* WHAT THE EXERCISE ASKS: Scan the records beneath this line for the line holding "mode=Mode.PRIVATE) & part.part" and the line holding "f 272 271 207", then transcribe exactly those two and all lines between.

________________________

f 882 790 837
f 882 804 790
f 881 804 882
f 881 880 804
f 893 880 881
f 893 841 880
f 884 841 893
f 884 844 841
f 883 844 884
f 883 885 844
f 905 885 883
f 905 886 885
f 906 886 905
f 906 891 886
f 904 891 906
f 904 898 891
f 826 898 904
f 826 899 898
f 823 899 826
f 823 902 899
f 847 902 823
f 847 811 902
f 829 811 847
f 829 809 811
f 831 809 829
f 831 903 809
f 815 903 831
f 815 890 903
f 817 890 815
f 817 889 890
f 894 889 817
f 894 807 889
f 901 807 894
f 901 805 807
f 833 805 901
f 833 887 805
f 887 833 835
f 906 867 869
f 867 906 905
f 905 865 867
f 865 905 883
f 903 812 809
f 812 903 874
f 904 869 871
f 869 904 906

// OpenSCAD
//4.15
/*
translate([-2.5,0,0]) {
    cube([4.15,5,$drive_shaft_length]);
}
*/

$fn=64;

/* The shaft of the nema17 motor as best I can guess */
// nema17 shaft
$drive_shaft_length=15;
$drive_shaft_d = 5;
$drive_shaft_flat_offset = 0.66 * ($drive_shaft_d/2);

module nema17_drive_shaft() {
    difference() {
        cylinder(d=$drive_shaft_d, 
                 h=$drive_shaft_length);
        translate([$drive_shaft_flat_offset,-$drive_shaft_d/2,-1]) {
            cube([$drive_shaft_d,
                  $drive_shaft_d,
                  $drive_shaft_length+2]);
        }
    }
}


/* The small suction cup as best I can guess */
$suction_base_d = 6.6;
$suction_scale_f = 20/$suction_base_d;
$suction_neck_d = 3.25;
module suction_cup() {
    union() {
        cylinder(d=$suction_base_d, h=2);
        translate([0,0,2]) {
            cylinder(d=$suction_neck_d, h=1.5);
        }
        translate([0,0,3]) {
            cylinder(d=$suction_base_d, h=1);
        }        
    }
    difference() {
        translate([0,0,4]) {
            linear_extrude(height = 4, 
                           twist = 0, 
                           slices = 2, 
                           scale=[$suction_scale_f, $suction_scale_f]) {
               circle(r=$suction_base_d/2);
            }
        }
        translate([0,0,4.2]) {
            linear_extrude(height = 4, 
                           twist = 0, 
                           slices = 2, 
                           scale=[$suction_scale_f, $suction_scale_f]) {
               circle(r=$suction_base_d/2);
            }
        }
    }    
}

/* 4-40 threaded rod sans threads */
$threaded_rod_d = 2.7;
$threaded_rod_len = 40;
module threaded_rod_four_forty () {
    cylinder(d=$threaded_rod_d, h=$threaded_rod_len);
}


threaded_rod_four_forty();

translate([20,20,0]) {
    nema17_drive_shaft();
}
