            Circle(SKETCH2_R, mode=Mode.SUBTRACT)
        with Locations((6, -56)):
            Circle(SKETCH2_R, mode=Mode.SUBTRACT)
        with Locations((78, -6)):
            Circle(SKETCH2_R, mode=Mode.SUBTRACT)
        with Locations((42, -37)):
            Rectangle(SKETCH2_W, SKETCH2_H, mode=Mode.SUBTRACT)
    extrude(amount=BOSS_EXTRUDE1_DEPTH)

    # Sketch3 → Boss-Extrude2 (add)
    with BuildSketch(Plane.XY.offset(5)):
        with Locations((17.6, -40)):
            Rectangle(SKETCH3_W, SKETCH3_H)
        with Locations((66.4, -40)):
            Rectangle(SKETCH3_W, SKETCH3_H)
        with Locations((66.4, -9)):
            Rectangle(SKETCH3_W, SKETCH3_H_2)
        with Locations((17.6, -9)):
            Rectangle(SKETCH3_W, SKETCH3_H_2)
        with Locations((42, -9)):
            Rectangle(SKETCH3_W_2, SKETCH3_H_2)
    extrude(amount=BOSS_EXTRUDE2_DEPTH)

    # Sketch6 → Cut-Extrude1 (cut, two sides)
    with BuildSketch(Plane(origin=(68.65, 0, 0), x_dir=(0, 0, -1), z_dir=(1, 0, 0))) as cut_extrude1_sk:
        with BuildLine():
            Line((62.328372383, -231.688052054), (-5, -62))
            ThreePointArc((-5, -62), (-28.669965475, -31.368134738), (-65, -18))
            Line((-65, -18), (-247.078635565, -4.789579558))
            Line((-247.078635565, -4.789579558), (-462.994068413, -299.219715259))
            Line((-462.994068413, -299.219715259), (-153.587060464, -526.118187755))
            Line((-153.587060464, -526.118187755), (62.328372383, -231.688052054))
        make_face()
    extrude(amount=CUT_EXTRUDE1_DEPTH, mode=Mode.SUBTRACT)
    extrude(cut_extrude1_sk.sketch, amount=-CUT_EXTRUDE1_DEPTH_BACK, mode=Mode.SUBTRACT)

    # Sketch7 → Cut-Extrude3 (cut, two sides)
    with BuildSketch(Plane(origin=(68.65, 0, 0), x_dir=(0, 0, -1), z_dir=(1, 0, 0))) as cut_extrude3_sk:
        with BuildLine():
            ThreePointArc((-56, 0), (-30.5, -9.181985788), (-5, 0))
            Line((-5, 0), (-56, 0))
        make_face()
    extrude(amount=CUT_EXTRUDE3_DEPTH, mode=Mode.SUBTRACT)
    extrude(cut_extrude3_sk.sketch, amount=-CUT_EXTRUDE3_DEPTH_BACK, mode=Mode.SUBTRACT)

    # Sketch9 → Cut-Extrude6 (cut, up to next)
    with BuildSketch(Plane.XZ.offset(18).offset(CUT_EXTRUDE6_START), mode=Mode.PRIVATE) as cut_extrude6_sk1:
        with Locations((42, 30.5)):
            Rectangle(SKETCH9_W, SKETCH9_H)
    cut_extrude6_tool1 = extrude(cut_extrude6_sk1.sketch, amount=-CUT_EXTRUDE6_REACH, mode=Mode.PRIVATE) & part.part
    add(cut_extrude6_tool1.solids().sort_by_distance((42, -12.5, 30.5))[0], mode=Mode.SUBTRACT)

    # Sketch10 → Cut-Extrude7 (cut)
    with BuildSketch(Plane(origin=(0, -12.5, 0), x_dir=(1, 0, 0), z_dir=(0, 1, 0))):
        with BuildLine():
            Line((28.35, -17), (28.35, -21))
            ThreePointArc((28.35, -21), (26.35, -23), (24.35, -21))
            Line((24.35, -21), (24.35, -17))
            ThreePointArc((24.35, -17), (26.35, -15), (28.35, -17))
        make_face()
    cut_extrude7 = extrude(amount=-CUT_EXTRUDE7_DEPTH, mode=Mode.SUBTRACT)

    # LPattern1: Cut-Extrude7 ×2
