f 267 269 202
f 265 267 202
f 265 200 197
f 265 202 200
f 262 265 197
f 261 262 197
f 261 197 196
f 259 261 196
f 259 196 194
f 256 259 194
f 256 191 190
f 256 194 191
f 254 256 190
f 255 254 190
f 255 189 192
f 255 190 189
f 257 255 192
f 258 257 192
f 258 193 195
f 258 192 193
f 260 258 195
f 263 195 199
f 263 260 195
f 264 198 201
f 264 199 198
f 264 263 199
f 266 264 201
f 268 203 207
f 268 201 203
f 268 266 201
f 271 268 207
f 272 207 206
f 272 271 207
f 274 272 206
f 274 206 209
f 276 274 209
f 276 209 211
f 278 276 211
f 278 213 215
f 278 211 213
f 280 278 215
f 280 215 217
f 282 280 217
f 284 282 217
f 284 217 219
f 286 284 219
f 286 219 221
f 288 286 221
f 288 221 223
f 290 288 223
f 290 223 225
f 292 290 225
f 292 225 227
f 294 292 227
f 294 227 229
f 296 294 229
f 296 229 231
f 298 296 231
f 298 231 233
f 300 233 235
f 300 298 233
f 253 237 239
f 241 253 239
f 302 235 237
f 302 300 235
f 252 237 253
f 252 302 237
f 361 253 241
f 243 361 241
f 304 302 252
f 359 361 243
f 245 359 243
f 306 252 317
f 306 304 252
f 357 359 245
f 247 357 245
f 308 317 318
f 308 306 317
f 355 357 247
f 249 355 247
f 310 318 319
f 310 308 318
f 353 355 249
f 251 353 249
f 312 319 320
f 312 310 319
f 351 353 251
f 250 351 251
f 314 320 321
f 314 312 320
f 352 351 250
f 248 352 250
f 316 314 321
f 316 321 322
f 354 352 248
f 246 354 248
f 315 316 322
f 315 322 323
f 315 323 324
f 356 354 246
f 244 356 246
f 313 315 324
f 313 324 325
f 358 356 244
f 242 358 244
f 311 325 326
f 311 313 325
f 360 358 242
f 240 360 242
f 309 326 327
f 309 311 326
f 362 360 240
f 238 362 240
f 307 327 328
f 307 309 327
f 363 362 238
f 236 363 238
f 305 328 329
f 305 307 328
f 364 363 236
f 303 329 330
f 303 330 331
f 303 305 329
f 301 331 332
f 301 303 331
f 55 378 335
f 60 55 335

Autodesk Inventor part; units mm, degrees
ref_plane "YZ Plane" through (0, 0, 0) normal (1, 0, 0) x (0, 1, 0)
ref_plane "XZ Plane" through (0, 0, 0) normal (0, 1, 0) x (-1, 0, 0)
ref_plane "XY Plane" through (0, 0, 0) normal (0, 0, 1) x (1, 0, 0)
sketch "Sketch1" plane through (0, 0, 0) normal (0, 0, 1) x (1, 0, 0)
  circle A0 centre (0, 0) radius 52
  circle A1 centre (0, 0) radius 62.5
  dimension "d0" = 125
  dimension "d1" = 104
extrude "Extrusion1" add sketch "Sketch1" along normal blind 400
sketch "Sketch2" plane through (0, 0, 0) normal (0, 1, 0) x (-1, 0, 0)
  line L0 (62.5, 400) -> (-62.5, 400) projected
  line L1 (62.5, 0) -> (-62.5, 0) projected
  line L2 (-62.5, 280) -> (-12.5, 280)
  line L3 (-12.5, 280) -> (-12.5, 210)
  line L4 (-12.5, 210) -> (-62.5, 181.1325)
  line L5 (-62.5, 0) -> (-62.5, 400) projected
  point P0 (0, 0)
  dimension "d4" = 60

________________________

* ANSWER TO THE EXERCISE:
    cut_extrude6_tool1 = extrude(cut_extrude6_sk1.sketch, amount=-CUT_EXTRUDE6_REACH, mode=Mode.PRIVATE) & part.part
    add(cut_extrude6_tool1.solids().sort_by_distance((42, -12.5, 30.5))[0], mode=Mode.SUBTRACT)

    # Sketch10 → Cut-Extrude7 (cut)
    with BuildSketch(Plane(origin=(0, -12.5, 0), x_dir=(1, 0, 0), z_dir=(0, 1, 0))):
        with BuildLine():
            Line((28.35, -17), (28.35, -21))
            ThreePointArc((28.35, -21), (26.35, -23), (24.35, -21))
            Line((24.35, -21), (24.35, -17))
            ThreePointArc((24.35, -17), (26.35, -15), (28.35, -17))
        make_face()
    cut_extrude7 = extrude(amount=-CUT_EXTRUDE7_DEPTH, mode=Mode.SUBTRACT)

    # LPattern1: Cut-Extrude7 ×2
f 267 269 202
f 265 267 202
f 265 200 197
f 265 202 200
f 262 265 197
f 261 262 197
f 261 197 196
f 259 261 196
f 259 196 194
f 256 259 194
f 256 191 190
f 256 194 191
f 254 256 190
f 255 254 190
f 255 189 192
f 255 190 189
f 257 255 192
f 258 257 192
f 258 193 195
f 258 192 193
f 260 258 195
f 263 195 199
f 263 260 195
f 264 198 201
f 264 199 198
f 264 263 199
f 266 264 201
f 268 203 207
f 268 201 203
f 268 266 201
f 271 268 207
f 272 207 206
f 272 271 207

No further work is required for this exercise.